▶ [What is required]
Copy the data below exactly.
+++ Dataset extract
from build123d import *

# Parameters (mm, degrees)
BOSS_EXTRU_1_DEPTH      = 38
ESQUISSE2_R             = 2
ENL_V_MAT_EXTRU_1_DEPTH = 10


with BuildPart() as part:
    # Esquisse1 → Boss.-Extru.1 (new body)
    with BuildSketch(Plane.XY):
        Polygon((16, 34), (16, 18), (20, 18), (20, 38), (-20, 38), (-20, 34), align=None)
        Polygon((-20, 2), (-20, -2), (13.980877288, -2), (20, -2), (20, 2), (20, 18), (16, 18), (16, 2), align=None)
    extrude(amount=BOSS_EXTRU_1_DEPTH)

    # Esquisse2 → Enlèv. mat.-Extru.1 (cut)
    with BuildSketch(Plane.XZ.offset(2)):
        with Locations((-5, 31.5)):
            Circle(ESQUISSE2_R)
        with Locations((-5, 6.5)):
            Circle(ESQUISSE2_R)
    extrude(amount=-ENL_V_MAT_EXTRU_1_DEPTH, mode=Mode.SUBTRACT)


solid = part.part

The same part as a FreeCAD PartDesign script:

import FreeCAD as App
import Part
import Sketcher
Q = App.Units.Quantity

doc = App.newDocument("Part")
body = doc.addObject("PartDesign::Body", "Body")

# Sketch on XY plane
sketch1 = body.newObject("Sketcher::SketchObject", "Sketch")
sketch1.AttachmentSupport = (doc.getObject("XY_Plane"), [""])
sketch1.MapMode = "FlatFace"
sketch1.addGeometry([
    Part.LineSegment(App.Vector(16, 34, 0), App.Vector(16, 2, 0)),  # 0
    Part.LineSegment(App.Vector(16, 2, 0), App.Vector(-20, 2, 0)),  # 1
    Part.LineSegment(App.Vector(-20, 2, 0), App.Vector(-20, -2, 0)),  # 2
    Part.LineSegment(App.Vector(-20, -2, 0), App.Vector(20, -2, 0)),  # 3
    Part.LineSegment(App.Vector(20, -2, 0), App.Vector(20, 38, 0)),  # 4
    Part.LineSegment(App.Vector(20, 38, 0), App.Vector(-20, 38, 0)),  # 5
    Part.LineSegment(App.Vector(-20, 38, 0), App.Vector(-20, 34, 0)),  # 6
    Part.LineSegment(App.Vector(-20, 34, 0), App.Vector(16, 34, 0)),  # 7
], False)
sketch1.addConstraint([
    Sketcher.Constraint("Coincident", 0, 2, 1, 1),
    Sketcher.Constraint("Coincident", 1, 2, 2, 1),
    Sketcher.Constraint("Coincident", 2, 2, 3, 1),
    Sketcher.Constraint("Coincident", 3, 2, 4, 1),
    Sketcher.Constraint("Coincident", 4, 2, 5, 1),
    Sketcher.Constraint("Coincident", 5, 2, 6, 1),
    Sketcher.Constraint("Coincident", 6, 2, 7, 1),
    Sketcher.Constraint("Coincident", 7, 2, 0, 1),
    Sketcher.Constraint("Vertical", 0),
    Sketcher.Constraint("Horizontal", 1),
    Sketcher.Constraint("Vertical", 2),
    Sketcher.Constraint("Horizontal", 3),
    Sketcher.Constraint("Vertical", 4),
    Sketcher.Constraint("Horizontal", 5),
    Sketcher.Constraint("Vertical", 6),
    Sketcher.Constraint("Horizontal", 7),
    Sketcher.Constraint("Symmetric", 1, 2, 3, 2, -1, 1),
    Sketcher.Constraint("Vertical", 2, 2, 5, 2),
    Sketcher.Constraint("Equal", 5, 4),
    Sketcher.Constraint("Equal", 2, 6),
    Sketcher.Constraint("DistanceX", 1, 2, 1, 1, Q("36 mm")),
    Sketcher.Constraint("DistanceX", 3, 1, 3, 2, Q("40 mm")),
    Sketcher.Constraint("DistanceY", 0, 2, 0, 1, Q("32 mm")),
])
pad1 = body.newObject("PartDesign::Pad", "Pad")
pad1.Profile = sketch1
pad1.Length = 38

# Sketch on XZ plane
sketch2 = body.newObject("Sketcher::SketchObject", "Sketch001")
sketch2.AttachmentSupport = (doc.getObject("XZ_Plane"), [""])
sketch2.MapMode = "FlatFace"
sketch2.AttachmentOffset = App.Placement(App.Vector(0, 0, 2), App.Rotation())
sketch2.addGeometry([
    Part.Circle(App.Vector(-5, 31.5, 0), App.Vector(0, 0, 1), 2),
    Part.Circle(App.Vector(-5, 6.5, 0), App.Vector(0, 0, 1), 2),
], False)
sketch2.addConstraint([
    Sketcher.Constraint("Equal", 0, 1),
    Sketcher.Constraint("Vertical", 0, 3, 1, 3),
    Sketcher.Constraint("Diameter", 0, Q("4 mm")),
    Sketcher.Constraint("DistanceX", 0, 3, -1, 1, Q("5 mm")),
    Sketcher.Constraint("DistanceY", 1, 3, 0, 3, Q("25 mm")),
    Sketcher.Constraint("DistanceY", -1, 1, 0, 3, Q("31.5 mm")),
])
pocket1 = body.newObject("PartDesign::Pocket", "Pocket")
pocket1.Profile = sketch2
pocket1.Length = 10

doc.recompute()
++++++
▶ [Response]
from build123d import *

# Parameters (mm, degrees)
BOSS_EXTRU_1_DEPTH      = 38
ESQUISSE2_R             = 2
ENL_V_MAT_EXTRU_1_DEPTH = 10


with BuildPart() as part:
    # Esquisse1 → Boss.-Extru.1 (new body)
    with BuildSketch(Plane.XY):
        Polygon((16, 34), (16, 18), (20, 18), (20, 38), (-20, 38), (-20, 34), align=None)
        Polygon((-20, 2), (-20, -2), (13.980877288, -2), (20, -2), (20, 2), (20, 18), (16, 18), (16, 2), align=None)
    extrude(amount=BOSS_EXTRU_1_DEPTH)

    # Esquisse2 → Enlèv. mat.-Extru.1 (cut)
    with BuildSketch(Plane.XZ.offset(2)):
        with Locations((-5, 31.5)):
            Circle(ESQUISSE2_R)
        with Locations((-5, 6.5)):
            Circle(ESQUISSE2_R)
    extrude(amount=-ENL_V_MAT_EXTRU_1_DEPTH, mode=Mode.SUBTRACT)


solid = part.part

The same part as a FreeCAD PartDesign script:

import FreeCAD as App
import Part
import Sketcher
Q = App.Units.Quantity

doc = App.newDocument("Part")
body = doc.addObject("PartDesign::Body", "Body")

# Sketch on XY plane
sketch1 = body.newObject("Sketcher::SketchObject", "Sketch")
sketch1.AttachmentSupport = (doc.getObject("XY_Plane"), [""])
sketch1.MapMode = "FlatFace"
sketch1.addGeometry([
    Part.LineSegment(App.Vector(16, 34, 0), App.Vector(16, 2, 0)),  # 0
    Part.LineSegment(App.Vector(16, 2, 0), App.Vector(-20, 2, 0)),  # 1
    Part.LineSegment(App.Vector(-20, 2, 0), App.Vector(-20, -2, 0)),  # 2
    Part.LineSegment(App.Vector(-20, -2, 0), App.Vector(20, -2, 0)),  # 3
    Part.LineSegment(App.Vector(20, -2, 0), App.Vector(20, 38, 0)),  # 4
    Part.LineSegment(App.Vector(20, 38, 0), App.Vector(-20, 38, 0)),  # 5
    Part.LineSegment(App.Vector(-20, 38, 0), App.Vector(-20, 34, 0)),  # 6
    Part.LineSegment(App.Vector(-20, 34, 0), App.Vector(16, 34, 0)),  # 7
], False)
sketch1.addConstraint([
    Sketcher.Constraint("Coincident", 0, 2, 1, 1),
    Sketcher.Constraint("Coincident", 1, 2, 2, 1),
    Sketcher.Constraint("Coincident", 2, 2, 3, 1),
    Sketcher.Constraint("Coincident", 3, 2, 4, 1),
    Sketcher.Constraint("Coincident", 4, 2, 5, 1),
    Sketcher.Constraint("Coincident", 5, 2, 6, 1),
    Sketcher.Constraint("Coincident", 6, 2, 7, 1),
    Sketcher.Constraint("Coincident", 7, 2, 0, 1),
    Sketcher.Constraint("Vertical", 0),
    Sketcher.Constraint("Horizontal", 1),
    Sketcher.Constraint("Vertical", 2),
    Sketcher.Constraint("Horizontal", 3),
    Sketcher.Constraint("Vertical", 4),
    Sketcher.Constraint("Horizontal", 5),
    Sketcher.Constraint("Vertical", 6),
    Sketcher.Constraint("Horizontal", 7),
    Sketcher.Constraint("Symmetric", 1, 2, 3, 2, -1, 1),
    Sketcher.Constraint("Vertical", 2, 2, 5, 2),
    Sketcher.Constraint("Equal", 5, 4),
    Sketcher.Constraint("Equal", 2, 6),
    Sketcher.Constraint("DistanceX", 1, 2, 1, 1, Q("36 mm")),
    Sketcher.Constraint("DistanceX", 3, 1, 3, 2, Q("40 mm")),
    Sketcher.Constraint("DistanceY", 0, 2, 0, 1, Q("32 mm")),
])
pad1 = body.newObject("PartDesign::Pad", "Pad")
pad1.Profile = sketch1
pad1.Length = 38

# Sketch on XZ plane
sketch2 = body.newObject("Sketcher::SketchObject", "Sketch001")
sketch2.AttachmentSupport = (doc.getObject("XZ_Plane"), [""])
sketch2.MapMode = "FlatFace"
sketch2.AttachmentOffset = App.Placement(App.Vector(0, 0, 2), App.Rotation())
sketch2.addGeometry([
    Part.Circle(App.Vector(-5, 31.5, 0), App.Vector(0, 0, 1), 2),
    Part.Circle(App.Vector(-5, 6.5, 0), App.Vector(0, 0, 1), 2),
], False)
sketch2.addConstraint([
    Sketcher.Constraint("Equal", 0, 1),
    Sketcher.Constraint("Vertical", 0, 3, 1, 3),
    Sketcher.Constraint("Diameter", 0, Q("4 mm")),
    Sketcher.Constraint("DistanceX", 0, 3, -1, 1, Q("5 mm")),
    Sketcher.Constraint("DistanceY", 1, 3, 0, 3, Q("25 mm")),
    Sketcher.Constraint("DistanceY", -1, 1, 0, 3, Q("31.5 mm")),
])
pocket1 = body.newObject("PartDesign::Pocket", "Pocket")
pocket1.Profile = sketch2
pocket1.Length = 10

doc.recompute()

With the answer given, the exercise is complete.